Assessment of compliance with home cardiorespiratory monitoring in infants at risk of sudden infant death syndrome. Collaborative Home Infant Monitoring Evaluation (CHIME).

作者信息

Silvestri J M, Hufford D R, Durham J, Pearsall S M, Oess M A, Weese-Mayer D E, Hunt C E, Levenson S M, Corwin M J

机构信息

Rush-Presbyterian-St.
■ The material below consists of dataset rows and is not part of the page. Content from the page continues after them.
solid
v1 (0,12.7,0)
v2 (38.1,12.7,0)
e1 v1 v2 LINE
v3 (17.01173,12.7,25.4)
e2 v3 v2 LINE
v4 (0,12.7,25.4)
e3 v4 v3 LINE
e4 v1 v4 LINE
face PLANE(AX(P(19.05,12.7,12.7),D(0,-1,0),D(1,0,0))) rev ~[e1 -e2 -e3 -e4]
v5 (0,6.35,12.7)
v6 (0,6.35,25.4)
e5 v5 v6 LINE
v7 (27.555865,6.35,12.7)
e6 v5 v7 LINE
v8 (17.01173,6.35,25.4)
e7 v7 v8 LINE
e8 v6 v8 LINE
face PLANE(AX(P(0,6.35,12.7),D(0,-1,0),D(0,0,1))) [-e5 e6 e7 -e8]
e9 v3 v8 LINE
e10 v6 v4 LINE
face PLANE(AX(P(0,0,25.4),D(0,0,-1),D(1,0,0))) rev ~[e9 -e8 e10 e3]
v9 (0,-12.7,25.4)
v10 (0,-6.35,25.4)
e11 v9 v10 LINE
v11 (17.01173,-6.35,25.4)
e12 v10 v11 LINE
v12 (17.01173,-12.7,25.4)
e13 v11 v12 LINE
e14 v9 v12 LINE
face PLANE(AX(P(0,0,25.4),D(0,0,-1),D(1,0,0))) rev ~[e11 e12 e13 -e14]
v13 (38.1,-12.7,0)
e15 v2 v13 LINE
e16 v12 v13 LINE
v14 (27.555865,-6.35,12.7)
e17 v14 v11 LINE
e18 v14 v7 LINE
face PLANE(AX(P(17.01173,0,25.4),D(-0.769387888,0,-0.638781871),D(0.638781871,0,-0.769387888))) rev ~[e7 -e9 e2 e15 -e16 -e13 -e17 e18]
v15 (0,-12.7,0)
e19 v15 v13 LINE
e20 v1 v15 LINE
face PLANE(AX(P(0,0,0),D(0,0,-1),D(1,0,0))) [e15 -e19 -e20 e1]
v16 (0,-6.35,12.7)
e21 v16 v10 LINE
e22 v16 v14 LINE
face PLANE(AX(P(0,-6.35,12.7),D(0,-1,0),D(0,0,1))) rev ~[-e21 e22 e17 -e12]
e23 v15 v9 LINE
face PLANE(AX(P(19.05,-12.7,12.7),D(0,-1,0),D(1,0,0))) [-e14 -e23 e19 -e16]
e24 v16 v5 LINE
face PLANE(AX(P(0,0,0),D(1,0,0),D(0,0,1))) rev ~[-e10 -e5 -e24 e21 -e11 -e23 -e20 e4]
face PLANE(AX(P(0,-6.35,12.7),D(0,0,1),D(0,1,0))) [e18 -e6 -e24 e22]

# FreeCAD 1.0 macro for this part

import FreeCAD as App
import Part
import Sketcher
Q = App.Units.Quantity

doc = App.newDocument("Part")
body = doc.addObject("PartDesign::Body", "Body")

sketch1 = body.newObject("Sketcher::SketchObject", "Sketch")
sketch1.AttachmentSupport = (doc.getObject("XZ_Plane"), [""])
sketch1.MapMode = "FlatFace"
sketch1.addGeometry([
    Part.LineSegment(App.Vector(0, 25, 0), App.Vector(0, 0, 0)),
    Part.LineSegment(App.Vector(0, 0, 0), App.Vector(38, 0, 0)),
    Part.LineSegment(App.Vector(38, 0, 0), App.Vector(38, 25, 0)),
    Part.LineSegment(App.Vector(38, 25, 0), App.Vector(0, 25, 0)),
], False)
sketch1.addConstraint([
    Sketcher.Constraint("Coincident", 0, 2, 1, 1),
    Sketcher.Constraint("Coincident", 1, 2, 2, 1),
    Sketcher.Constraint("Coincident", 2, 2, 3, 1),
    Sketcher.Constraint("Coincident", 3, 2, 0, 1),
    Sketcher.Constraint("Vertical", 0),
    Sketcher.Constraint("Horizontal", 1),
    Sketcher.Constraint("Vertical", 2),
    Sketcher.Constraint("Horizontal", 3),
    Sketcher.Constraint("Coincident", 0, 2, -1, 1),
    Sketcher.Constraint("DistanceY", 0, 2, 0, 1, Q("1 in")),
    Sketcher.Constraint("DistanceX", 1, 1, 1, 2, Q("1.5 in")),
])
pad1 = body.newObject("PartDesign::Pad", "Pad")
pad1.Profile = sketch1
pad1.Length = Q("1 in")
pad1.Midplane = True

sketch2 = body.newObject("Sketcher::SketchObject", "Sketch001")
sketch2.AttachmentSupport = (doc.getObject("XZ_Plane"), [""])
sketch2.MapMode = "FlatFace"
sketch2.addGeometry([
    Part.LineSegment(App.Vector(38, 25, 0), App.Vector(17, 25, 0)),
    Part.LineSegment(App.Vector(17, 25, 0), App.Vector(38, 0, 0)),
    Part.LineSegment(App.Vector(38, 0, 0), App.Vector(38, 25, 0)),
], False)
sketch2.addConstraint([
    Sketcher.Constraint("Coincident", 0, 2, 1, 1),
    Sketcher.Constraint("Coincident", 1, 2, 2, 1),
    Sketcher.Constraint("Coincident", 2, 2, 0, 1),
    Sketcher.Constraint("Horizontal", 0),
    Sketcher.Constraint("Vertical", 2),
    Sketcher.Constraint("PointOnObject", 1, 2, -1),
    Sketcher.Constraint("DistanceY", 2, 1, 2, 2, Q("1 in")),
    Sketcher.Constraint("DistanceX", -1, 1, 1, 2, Q("1.5 in")),
    Sketcher.Constraint("DistanceX", 0, 2, 0, 1, Q("21.08827 mm")),
])
pocket1 = body.newObject("PartDesign::Pocket", "Pocket")
pocket1.Profile = sketch2
pocket1.Length = Q("1 in")
pocket1.Midplane = True

sketch3 = body.newObject("Sketcher::SketchObject", "Sketch002")
sketch3.AttachmentSupport = (doc.getObject("YZ_Plane"), [""])
sketch3.MapMode = "FlatFace"
sketch3.addGeometry([
    Part.LineSegment(App.Vector(-6, 25, 0), App.Vector(-6, 13, 0)),
    Part.LineSegment(App.Vector(-6, 13, 0), App.Vector(6, 13, 0)),
    Part.LineSegment(App.Vector(6, 13, 0), App.Vector(6, 25, 0)),
    Part.LineSegment(App.Vector(6, 25, 0), App.Vector(-6, 25, 0)),
], False)
sketch3.addConstraint([
    Sketcher.Constraint("Coincident", 0, 2, 1, 1),
    Sketcher.Constraint("Coincident", 1, 2, 2, 1),
    Sketcher.Constraint("Coincident", 2, 2, 3, 1),
    Sketcher.Constraint("Coincident", 3, 2, 0, 1),
    Sketcher.Constraint("Vertical", 0),
    Sketcher.Constraint("Horizontal", 1),
    Sketcher.Constraint("Vertical", 2),
    Sketcher.Constraint("Horizontal", 3),
    Sketcher.Constraint("Equal", 3, 0),
    Sketcher.Constraint("DistanceX", 1, 1, 1, 2, Q("0.5 in")),
    Sketcher.Constraint("DistanceY", -1, 1, 2, 2, Q("1 in")),
    Sketcher.Constraint("DistanceX", 0, 2, -1, 1, Q("0.25 in")),
])
pocket2 = body.newObject("PartDesign::Pocket", "Pocket001")
pocket2.Profile = sketch3
pocket2.Length = Q("2 in")
pocket2.Reversed = True

doc.recompute()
Luke's Medical Center, Chicago, Illinois 60612, USA.

出版信息

J Pediatr. 1995 Sep;127(3):384-8. doi: 10.1016/s0022-3476(95)70068-4.
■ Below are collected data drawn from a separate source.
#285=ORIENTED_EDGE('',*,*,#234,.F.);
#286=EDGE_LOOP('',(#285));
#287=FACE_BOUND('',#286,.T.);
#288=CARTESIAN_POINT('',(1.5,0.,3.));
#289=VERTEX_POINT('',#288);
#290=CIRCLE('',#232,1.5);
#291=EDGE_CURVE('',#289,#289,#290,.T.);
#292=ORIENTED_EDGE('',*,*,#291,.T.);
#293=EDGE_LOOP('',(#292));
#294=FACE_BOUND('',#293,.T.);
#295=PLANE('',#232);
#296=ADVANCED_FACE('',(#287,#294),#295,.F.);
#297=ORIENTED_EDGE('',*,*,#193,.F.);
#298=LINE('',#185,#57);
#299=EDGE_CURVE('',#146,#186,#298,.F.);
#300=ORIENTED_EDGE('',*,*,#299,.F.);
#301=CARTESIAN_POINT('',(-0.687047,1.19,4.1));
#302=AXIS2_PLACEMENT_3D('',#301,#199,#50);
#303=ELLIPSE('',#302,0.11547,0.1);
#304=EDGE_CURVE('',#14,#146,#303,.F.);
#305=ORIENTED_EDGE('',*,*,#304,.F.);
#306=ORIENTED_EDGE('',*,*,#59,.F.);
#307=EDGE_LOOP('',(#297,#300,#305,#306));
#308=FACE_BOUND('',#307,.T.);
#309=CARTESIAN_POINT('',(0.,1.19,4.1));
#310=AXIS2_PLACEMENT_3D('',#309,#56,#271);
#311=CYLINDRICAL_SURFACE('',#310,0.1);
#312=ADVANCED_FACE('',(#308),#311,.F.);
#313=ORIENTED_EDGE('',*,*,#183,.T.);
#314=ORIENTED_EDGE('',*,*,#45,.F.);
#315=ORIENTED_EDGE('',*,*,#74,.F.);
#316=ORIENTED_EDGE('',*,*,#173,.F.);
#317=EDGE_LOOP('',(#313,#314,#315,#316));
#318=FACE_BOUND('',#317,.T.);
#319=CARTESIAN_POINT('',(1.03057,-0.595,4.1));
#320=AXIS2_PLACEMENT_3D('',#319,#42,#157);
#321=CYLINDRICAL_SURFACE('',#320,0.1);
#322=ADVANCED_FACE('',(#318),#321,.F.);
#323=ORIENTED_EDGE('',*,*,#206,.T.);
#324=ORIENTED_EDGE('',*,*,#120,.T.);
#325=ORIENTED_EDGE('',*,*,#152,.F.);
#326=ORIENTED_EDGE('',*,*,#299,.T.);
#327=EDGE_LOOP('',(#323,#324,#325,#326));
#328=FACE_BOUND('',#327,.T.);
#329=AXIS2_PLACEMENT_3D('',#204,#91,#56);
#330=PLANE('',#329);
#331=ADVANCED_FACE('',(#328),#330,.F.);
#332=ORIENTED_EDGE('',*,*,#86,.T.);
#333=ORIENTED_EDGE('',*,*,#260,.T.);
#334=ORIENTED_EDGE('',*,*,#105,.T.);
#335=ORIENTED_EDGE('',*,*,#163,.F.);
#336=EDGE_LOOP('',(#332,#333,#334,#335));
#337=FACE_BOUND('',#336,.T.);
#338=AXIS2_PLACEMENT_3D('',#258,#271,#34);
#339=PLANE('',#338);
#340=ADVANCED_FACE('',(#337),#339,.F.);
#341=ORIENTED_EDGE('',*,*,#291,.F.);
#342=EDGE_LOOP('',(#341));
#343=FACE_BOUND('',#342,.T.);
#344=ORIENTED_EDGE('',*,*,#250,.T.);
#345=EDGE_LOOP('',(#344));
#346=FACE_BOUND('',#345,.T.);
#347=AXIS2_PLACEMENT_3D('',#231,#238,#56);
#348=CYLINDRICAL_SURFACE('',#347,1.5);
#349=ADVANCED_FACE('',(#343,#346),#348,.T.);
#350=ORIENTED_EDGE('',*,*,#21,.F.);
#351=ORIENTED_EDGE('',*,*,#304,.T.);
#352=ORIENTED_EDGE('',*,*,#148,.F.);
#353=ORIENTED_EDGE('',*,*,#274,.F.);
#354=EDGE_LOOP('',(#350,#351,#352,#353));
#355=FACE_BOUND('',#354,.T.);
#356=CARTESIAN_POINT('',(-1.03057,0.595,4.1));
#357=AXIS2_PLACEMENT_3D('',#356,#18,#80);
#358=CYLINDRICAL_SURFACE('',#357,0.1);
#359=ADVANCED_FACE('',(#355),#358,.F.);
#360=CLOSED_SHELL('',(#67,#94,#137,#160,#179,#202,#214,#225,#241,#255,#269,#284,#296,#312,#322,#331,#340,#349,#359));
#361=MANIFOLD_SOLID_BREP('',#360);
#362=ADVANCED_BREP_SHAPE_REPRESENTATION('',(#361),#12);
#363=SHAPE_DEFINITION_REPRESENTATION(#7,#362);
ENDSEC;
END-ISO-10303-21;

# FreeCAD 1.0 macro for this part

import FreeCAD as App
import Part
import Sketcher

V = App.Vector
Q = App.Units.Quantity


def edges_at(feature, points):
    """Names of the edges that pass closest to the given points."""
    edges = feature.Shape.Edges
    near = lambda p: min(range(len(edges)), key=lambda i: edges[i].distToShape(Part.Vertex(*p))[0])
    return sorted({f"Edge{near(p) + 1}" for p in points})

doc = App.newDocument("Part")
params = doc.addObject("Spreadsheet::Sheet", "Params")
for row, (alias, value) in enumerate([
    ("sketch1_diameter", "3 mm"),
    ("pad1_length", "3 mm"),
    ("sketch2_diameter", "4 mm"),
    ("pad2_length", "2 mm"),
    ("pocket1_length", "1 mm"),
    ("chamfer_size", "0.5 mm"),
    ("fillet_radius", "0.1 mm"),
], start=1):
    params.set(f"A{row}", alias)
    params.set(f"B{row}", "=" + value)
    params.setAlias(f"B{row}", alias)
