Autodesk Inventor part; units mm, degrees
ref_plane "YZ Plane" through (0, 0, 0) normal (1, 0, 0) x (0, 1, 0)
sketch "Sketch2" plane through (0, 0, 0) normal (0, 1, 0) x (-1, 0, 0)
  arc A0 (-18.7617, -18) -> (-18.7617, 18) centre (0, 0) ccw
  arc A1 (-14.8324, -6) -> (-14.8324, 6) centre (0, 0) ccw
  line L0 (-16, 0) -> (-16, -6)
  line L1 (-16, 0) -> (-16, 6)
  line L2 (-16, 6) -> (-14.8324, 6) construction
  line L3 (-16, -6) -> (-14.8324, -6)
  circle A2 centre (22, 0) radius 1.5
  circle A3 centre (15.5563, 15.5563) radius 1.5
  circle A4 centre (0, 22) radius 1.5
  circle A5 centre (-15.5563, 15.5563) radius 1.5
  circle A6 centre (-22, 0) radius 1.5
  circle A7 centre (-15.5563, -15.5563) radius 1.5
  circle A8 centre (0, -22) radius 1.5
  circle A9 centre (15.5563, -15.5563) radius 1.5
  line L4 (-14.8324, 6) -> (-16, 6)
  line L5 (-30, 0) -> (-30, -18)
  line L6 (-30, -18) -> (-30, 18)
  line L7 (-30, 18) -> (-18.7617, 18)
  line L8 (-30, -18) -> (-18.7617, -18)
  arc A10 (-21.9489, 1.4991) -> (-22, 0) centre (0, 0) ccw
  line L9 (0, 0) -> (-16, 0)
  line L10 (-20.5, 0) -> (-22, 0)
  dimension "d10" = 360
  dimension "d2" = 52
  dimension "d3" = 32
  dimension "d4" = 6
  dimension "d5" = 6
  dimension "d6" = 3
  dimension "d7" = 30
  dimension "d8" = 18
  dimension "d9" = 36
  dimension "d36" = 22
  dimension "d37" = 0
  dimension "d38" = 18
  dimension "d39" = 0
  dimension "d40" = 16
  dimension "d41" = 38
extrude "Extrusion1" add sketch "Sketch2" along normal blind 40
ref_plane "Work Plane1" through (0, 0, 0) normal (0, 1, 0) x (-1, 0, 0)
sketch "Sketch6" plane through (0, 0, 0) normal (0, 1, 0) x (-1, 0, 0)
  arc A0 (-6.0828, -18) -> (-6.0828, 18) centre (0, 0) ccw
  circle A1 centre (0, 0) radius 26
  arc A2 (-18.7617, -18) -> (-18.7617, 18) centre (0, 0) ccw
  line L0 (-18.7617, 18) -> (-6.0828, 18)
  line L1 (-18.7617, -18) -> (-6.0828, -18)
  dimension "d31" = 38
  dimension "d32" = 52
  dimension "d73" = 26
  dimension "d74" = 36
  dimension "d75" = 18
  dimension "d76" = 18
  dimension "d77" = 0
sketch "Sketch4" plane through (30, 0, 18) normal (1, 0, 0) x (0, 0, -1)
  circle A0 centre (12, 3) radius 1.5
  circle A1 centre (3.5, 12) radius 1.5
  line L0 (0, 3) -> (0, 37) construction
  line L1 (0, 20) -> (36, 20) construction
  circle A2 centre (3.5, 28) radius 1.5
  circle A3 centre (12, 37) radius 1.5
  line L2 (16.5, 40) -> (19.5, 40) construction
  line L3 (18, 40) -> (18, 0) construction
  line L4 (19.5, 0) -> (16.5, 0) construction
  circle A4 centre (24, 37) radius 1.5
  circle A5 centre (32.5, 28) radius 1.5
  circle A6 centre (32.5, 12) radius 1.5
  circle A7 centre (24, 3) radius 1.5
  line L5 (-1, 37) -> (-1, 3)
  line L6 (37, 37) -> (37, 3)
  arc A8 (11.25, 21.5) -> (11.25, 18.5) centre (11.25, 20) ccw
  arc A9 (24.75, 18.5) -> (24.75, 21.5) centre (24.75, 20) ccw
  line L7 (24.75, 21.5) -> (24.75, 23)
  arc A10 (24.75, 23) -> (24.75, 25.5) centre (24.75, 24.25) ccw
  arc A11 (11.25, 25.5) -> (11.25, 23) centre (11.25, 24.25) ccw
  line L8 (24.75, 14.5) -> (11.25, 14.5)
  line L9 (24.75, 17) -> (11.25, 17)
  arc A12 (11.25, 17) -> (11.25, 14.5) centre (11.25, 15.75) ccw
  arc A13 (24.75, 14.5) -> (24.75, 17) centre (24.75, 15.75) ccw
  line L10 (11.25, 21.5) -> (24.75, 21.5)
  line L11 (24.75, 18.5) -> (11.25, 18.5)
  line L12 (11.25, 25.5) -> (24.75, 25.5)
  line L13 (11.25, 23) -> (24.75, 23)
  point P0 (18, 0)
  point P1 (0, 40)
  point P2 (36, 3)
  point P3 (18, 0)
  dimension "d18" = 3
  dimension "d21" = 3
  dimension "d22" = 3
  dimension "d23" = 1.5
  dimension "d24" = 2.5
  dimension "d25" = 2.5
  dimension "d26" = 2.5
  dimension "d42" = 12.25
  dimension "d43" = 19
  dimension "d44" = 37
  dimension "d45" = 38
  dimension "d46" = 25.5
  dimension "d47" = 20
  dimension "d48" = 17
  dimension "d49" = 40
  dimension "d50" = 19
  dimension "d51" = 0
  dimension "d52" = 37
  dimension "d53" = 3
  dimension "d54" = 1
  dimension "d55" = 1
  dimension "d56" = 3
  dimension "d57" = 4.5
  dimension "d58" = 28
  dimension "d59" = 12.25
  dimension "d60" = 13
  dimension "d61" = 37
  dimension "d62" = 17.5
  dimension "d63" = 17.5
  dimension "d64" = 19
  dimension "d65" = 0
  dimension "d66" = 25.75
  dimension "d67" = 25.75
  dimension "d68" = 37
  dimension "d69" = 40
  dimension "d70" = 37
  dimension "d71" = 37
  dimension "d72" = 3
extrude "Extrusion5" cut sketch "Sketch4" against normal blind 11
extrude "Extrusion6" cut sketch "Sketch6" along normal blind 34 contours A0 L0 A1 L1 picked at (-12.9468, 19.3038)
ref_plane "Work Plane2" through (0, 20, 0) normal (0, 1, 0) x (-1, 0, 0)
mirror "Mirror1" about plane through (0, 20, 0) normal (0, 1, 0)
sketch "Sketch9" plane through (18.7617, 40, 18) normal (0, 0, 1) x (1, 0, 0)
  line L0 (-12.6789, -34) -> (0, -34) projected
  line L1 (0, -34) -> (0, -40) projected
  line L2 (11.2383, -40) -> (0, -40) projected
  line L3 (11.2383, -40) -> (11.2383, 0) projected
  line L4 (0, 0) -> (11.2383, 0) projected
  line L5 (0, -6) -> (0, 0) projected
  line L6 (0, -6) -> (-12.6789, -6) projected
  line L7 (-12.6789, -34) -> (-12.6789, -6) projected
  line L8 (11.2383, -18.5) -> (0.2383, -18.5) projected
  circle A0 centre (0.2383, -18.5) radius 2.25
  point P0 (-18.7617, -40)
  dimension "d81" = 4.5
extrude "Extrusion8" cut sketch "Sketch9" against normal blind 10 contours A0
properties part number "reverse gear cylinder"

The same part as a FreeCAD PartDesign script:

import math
import FreeCAD as App
import Part
import Sketcher
from FreeCAD import Vector
Q = App.Units.Quantity

doc = App.newDocument("Part")
body = doc.addObject("PartDesign::Body", "Body")

# Sketch on XZ plane
sketch1 = doc.addObject("Sketcher::SketchObject", "Sketch")
body.addObject(sketch1)
sketch1.AttachmentSupport = (doc.XZ_Plane, [""])
sketch1.MapMode = "FlatFace"
sketch1.addGeometry(Part.LineSegment(Vector(30, -18, 0), Vector(18.7617, -18, 0)), False)
sketch1.addGeometry(Part.ArcOfCircle(Part.Circle(Vector(0, 0, 0), Vector(0, 0, 1), 26.000027), math.radians(43.813005), math.radians(316.186995)), False)
sketch1.addGeometry(Part.LineSegment(Vector(18.7617, 18, 0), Vector(30, 18, 0)), False)
sketch1.addGeometry(Part.LineSegment(Vector(30, 18, 0), Vector(30, -18, 0)), False)
sketch1.addGeometry(Part.Circle(Vector(15.5563, -15.5563, 0), Vector(0, 0, 1), 1.5), False)
sketch1.addGeometry(Part.Circle(Vector(22, 0, 0), Vector(0, 0, 1), 1.5), False)
sketch1.addGeometry(Part.Circle(Vector(0, -22, 0), Vector(0, 0, 1), 1.5), False)
sketch1.addGeometry(Part.Circle(Vector(-15.5563, -15.5563, 0), Vector(0, 0, 1), 1.5), False)
sketch1.addGeometry(Part.Circle(Vector(-22, 0, 0), Vector(0, 0, 1), 1.5), False)
sketch1.addGeometry(Part.Circle(Vector(15.5563, 15.5563, 0), Vector(0, 0, 1), 1.5), False)
sketch1.addGeometry(Part.ArcOfCircle(Part.Circle(Vector(0, 0, 0), Vector(0, 0, 1), 16.000003), math.radians(22.024309), math.radians(337.975691)), False)
sketch1.addGeometry(Part.LineSegment(Vector(14.8324, -6, 0), Vector(16, -6, 0)), False)
sketch1.addGeometry(Part.LineSegment(Vector(16, -6, 0), Vector(16, 6, 0)), False)
sketch1.addGeometry(Part.LineSegment(Vector(16, 6, 0), Vector(14.8324, 6, 0)), False)
sketch1.addGeometry(Part.Circle(Vector(0, 22, 0), Vector(0, 0, 1), 1.5), False)
sketch1.addGeometry(Part.Circle(Vector(-15.5563, 15.5563, 0), Vector(0, 0, 1), 1.5), False)
sketch1.addConstraint(Sketcher.Constraint("Coincident", 0, 2, 1, 2))
sketch1.addConstraint(Sketcher.Constraint("Coincident", 1, 1, 2, 1))
sketch1.addConstraint(Sketcher.Constraint("Coincident", 2, 2, 3, 1))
DOI:10.1016/s0022-3476(95)70068-4
PMID:7658267
Abstract

OBJECTIVES

Documented monitoring was used to evaluate prospectively (1) the level of compliance among infants in whom cardiorespiratory monitoring was clinically indicated and (2) factors that might influence compliance: diagnosis, socioeconomic status, maternal age and education, and alarms.

STUDY DESIGN

Sixty-seven infants (51% female, 49% term) were sequentially enrolled, and monitoring was prescribed for the following indications: siblings of sudden infant death syndrome victims (16%), apnea of prematurity (45%), and apparent life-threatening events or apnea of infancy (39%). Demographic data, alarm and event data, and a summary report of monitor use from the first monitor download were obtained.

RESULTS

Maternal age, education, and insurance status did not differ significantly by indication for monitoring. The median number of monitor alarms per 10 hours of use was 0.7 for apnea or bradycardia and 0.6 for loose lead alarms. Monitors were available for use in the home from 2 to 106 days (median, 11 days). Median hours of monitor use per full day in the home was 15.5 hours. Of 67 infants, 58 used the monitor for at least part of every day in the home. The number of hours of monitor use per day did not differ significantly by diagnostic category, chronologic age, alarms, maternal age, education, or insurance type. This study population of infants at increased risk of sudden infant death syndrome had excellent compliance; 75% of the infants were monitored more than 10.5 hours per day, and 25% were monitored more than 21 hours per day.

CONCLUSIONS

Documented monitoring provides an objective measure of compliance. These data provide a potential goal for level of compliance with home cardiorespiratory monitoring.

摘要

目的

采用记录监测法对以下两方面进行前瞻性评估:(1)临床指征为心肺监测的婴儿的依从性水平;(2)可能影响依从性的因素:诊断、社会经济状况、母亲年龄和教育程度以及警报。

研究设计

连续纳入67例婴儿(51%为女性,49%为足月儿),根据以下指征开具监测医嘱:婴儿猝死综合征受害者的兄弟姐妹(16%)、早产呼吸暂停(45%)以及明显危及生命事件或婴儿期呼吸暂停(39%)。获取人口统计学数据、警报和事件数据,以及首次监测数据下载时的监测使用总结报告。

结果

根据监测指征,母亲年龄、教育程度和保险状况无显著差异。每使用10小时监测仪,呼吸暂停或心动过缓的警报中位数为0.7次,导联松动警报的中位数为0.6次。监测仪可在家中使用2至106天(中位数为11天)。在家中每天监测仪的使用中位数时间为15.5小时。67例婴儿中,58例在家中每天至少部分时间使用监测仪。每天监测仪的使用小时数在诊断类别、实际年龄、警报、母亲年龄、教育程度或保险类型方面无显著差异。该研究中婴儿猝死综合征风险增加的人群依从性良好;75%的婴儿每天监测超过10.5小时,25%的婴儿每天监测超过21小时。

结论

记录监测提供了依从性的客观衡量标准。这些数据为家庭心肺监测的依从性水平提供了一个潜在目标。